Stored entries
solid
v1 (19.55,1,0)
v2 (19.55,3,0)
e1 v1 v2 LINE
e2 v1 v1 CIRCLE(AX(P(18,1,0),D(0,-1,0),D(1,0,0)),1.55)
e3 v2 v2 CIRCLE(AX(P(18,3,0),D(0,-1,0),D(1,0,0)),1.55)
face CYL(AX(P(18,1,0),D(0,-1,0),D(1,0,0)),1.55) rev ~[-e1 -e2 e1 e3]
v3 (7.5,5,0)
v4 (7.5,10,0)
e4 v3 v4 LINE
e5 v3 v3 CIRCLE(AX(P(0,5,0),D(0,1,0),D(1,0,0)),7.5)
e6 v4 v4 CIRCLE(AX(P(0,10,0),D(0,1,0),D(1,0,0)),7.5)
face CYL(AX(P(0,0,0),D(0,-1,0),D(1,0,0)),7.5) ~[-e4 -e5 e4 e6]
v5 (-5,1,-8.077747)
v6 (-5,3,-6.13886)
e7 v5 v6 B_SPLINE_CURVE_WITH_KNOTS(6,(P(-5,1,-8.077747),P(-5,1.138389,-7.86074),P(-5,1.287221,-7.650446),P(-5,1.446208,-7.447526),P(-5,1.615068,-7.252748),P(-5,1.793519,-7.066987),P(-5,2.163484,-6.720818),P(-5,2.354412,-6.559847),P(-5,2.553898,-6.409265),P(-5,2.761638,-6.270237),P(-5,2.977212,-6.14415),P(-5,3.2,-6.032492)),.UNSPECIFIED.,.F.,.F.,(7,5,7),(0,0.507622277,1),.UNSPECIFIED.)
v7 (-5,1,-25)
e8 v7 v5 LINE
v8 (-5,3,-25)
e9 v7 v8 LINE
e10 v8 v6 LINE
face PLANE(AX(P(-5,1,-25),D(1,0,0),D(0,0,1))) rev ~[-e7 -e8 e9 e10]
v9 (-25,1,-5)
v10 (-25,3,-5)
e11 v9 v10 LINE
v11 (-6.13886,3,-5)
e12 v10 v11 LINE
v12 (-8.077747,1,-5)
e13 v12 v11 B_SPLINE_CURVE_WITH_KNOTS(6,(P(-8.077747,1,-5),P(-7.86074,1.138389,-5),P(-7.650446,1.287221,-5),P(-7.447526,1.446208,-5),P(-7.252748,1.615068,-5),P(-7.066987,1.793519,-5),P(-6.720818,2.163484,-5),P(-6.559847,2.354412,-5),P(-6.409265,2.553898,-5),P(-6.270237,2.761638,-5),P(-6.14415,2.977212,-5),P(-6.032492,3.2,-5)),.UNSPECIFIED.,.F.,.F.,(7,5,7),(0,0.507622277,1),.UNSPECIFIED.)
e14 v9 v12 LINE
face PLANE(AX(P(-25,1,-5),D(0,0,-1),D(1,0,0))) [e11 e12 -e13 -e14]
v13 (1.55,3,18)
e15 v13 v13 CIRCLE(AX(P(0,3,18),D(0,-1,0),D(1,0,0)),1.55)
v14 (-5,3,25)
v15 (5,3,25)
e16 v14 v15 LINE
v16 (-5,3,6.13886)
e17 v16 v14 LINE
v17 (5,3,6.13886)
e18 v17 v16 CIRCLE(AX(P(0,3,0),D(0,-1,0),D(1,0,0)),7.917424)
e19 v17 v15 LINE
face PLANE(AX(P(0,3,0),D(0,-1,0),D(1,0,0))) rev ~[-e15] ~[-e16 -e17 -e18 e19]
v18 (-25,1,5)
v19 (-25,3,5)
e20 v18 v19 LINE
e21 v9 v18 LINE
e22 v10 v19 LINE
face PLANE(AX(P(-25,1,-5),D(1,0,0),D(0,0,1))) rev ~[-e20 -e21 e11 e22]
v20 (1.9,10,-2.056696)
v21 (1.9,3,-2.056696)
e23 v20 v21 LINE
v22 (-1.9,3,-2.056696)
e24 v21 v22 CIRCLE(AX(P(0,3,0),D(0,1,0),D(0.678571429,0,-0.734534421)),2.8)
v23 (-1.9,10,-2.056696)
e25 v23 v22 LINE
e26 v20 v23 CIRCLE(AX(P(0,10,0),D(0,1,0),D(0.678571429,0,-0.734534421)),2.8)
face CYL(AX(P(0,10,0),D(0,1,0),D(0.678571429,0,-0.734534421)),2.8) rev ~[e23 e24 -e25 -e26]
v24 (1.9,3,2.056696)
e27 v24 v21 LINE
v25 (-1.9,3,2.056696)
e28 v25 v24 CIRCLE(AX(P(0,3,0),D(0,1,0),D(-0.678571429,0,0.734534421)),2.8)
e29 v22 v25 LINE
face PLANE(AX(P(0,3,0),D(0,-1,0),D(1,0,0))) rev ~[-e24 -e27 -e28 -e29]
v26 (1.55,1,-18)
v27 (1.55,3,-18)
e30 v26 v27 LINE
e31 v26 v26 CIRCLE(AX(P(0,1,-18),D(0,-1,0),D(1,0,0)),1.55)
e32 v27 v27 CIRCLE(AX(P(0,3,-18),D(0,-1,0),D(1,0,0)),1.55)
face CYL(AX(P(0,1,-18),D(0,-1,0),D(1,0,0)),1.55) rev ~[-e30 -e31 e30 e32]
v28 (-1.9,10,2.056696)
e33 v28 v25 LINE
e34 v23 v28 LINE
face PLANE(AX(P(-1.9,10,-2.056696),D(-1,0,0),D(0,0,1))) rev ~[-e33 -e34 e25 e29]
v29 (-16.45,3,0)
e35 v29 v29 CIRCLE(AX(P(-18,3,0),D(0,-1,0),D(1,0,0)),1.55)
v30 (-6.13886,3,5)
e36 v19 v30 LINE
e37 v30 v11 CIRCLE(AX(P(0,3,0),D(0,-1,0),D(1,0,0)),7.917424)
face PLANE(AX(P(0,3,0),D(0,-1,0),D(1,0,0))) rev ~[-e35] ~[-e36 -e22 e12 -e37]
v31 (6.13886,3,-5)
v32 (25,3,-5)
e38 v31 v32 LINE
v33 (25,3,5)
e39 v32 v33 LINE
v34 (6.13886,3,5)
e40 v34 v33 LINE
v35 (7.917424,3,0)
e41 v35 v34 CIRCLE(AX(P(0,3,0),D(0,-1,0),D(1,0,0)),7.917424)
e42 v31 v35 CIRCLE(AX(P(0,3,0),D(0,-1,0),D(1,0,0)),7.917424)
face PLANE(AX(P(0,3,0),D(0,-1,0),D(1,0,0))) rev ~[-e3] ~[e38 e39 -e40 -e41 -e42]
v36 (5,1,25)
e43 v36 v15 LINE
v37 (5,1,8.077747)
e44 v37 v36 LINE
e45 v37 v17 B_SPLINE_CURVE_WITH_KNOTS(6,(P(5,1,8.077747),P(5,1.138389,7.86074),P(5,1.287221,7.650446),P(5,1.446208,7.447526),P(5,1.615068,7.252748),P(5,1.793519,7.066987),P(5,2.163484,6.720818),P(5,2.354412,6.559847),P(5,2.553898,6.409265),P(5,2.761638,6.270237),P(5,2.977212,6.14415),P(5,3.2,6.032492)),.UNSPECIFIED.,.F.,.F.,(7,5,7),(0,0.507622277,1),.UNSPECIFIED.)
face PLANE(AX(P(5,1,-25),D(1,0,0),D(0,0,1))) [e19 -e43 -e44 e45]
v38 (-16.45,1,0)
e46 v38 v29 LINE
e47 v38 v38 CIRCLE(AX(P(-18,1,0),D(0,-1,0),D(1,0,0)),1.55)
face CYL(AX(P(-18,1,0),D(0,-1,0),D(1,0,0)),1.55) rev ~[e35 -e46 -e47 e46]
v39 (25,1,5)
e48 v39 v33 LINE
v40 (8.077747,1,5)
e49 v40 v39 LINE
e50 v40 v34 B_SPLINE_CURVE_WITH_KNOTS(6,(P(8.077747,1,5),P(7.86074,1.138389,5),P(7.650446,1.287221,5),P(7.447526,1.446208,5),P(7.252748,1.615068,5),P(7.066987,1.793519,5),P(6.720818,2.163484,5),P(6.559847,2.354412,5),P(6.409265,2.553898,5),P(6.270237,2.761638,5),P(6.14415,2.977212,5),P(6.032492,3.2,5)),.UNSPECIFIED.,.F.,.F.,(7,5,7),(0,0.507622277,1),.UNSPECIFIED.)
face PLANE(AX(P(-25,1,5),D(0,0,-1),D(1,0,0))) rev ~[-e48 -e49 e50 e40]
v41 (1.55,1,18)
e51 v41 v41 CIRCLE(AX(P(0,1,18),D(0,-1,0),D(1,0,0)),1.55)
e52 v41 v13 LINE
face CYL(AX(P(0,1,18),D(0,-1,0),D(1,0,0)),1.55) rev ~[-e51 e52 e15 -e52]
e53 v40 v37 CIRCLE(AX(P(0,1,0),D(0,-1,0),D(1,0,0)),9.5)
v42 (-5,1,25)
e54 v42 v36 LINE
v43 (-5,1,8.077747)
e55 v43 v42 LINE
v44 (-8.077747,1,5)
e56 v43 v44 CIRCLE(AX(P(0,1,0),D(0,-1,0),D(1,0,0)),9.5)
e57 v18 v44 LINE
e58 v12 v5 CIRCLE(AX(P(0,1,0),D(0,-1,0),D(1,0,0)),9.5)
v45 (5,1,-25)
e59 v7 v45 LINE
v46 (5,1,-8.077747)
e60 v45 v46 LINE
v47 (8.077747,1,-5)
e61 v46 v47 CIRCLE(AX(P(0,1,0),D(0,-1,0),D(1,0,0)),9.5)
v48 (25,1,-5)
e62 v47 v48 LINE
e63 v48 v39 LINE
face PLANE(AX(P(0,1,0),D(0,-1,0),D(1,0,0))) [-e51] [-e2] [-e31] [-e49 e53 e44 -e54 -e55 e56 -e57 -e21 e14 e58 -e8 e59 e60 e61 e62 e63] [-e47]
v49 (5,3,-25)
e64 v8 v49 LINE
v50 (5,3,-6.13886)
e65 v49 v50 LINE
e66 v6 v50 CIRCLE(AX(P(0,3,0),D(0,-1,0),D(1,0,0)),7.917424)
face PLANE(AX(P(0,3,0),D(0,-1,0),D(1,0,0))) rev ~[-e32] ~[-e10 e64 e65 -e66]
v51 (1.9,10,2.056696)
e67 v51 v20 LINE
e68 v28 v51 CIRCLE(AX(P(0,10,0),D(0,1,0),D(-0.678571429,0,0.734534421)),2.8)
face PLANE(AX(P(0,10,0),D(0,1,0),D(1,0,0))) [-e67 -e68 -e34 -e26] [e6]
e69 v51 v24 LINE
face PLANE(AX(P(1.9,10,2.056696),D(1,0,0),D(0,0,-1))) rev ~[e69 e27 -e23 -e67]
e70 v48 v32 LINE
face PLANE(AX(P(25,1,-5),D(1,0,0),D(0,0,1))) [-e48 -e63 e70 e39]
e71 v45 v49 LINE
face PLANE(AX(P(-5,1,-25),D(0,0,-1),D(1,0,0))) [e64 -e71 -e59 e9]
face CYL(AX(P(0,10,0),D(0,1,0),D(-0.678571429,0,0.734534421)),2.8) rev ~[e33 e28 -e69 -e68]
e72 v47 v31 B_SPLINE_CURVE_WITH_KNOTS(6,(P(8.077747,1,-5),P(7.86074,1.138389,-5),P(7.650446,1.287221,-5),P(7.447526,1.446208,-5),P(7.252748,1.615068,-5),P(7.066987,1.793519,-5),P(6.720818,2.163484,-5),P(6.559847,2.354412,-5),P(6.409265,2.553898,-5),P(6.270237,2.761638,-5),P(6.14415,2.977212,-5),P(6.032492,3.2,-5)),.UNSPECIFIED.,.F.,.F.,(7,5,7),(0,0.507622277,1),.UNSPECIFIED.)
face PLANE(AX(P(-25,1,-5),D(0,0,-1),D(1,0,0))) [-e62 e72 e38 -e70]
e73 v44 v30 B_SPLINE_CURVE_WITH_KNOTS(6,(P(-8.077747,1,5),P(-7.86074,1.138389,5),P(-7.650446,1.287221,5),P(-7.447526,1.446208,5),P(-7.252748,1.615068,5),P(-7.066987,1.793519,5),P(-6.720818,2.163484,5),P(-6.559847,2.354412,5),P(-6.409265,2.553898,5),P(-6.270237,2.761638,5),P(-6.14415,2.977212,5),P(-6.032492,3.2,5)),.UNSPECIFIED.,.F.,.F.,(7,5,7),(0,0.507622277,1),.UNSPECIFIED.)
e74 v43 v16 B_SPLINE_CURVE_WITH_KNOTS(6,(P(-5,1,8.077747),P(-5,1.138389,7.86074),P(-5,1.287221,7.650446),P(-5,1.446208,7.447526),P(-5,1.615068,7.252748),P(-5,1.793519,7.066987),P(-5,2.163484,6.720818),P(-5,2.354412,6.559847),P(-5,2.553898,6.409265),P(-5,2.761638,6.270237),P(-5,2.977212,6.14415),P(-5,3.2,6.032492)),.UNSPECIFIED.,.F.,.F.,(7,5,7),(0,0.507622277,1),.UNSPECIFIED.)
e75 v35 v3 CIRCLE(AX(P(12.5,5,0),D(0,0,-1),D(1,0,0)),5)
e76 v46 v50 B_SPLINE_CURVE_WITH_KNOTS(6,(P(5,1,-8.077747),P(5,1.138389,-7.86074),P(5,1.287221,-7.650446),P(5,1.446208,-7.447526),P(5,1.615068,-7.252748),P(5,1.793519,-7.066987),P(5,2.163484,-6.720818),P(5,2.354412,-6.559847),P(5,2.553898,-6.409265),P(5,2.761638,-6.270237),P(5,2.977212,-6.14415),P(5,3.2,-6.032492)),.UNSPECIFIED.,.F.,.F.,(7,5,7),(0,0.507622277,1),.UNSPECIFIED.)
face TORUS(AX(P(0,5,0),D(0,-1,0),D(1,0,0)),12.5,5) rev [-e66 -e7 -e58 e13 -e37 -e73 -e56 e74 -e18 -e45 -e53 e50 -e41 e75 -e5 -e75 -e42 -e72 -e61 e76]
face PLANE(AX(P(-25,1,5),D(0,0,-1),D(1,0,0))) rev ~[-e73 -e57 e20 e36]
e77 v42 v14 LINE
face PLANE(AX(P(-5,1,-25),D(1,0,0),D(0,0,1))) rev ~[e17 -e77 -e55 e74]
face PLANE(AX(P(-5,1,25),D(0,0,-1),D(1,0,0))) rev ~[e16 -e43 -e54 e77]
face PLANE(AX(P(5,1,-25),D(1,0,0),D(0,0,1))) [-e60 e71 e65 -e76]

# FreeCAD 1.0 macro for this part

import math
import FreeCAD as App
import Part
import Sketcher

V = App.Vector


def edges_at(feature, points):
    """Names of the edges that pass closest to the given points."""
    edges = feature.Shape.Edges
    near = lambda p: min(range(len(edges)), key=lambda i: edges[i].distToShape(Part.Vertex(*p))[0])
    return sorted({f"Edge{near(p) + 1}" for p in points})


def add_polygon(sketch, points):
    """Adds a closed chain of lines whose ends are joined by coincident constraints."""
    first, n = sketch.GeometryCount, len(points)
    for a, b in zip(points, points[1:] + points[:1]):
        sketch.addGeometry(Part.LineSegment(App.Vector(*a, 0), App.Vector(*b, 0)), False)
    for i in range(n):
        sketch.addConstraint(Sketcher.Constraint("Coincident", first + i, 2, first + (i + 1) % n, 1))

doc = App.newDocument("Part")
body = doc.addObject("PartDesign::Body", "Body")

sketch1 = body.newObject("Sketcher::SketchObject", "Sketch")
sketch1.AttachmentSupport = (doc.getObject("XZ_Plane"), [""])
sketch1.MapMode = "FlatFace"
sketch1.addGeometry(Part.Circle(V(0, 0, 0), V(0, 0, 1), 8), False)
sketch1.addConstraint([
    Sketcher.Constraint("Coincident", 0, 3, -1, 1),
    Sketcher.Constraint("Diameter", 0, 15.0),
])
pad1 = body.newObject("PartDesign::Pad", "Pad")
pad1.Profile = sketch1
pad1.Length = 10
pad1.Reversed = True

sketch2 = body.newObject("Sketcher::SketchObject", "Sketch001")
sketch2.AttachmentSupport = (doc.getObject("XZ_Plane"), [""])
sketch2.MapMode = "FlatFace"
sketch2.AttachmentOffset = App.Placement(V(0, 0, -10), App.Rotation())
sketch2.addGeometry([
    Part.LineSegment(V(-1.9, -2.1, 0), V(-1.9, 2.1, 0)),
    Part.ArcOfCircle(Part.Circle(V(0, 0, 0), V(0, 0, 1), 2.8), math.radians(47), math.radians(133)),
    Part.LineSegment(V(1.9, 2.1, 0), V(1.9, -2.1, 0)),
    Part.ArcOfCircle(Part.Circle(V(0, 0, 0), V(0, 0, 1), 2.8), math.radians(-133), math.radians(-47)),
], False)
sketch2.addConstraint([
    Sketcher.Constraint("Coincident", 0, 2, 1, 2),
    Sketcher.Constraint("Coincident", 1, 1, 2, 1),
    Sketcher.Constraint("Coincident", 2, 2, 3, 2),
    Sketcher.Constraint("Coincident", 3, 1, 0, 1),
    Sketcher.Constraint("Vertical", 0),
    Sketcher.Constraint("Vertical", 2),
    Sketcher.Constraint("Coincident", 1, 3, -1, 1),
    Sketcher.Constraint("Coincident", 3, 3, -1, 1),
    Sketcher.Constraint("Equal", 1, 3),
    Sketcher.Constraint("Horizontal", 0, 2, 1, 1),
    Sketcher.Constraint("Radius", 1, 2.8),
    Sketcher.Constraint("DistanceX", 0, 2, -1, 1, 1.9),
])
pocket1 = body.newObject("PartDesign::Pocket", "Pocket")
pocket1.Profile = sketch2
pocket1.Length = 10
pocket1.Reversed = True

What you are asked to do
All lines above from the line with "face CYL(AX(P(0,0,0),D(0,-1,0),D(1,0,0)),7.5) ~[-e4" through the line with "v10 (-25,3,-5)", both included, are to be set down exactly, with nothing else.

Answer to this problem
face CYL(AX(P(0,0,0),D(0,-1,0),D(1,0,0)),7.5) ~[-e4 -e5 e4 e6]
v5 (-5,1,-8.077747)
v6 (-5,3,-6.13886)
e7 v5 v6 B_SPLINE_CURVE_WITH_KNOTS(6,(P(-5,1,-8.077747),P(-5,1.138389,-7.86074),P(-5,1.287221,-7.650446),P(-5,1.446208,-7.447526),P(-5,1.615068,-7.252748),P(-5,1.793519,-7.066987),P(-5,2.163484,-6.720818),P(-5,2.354412,-6.559847),P(-5,2.553898,-6.409265),P(-5,2.761638,-6.270237),P(-5,2.977212,-6.14415),P(-5,3.2,-6.032492)),.UNSPECIFIED.,.F.,.F.,(7,5,7),(0,0.507622277,1),.UNSPECIFIED.)
v7 (-5,1,-25)
e8 v7 v5 LINE
v8 (-5,3,-25)
e9 v7 v8 LINE
e10 v8 v6 LINE
face PLANE(AX(P(-5,1,-25),D(1,0,0),D(0,0,1))) rev ~[-e7 -e8 e9 e10]
v9 (-25,1,-5)
v10 (-25,3,-5)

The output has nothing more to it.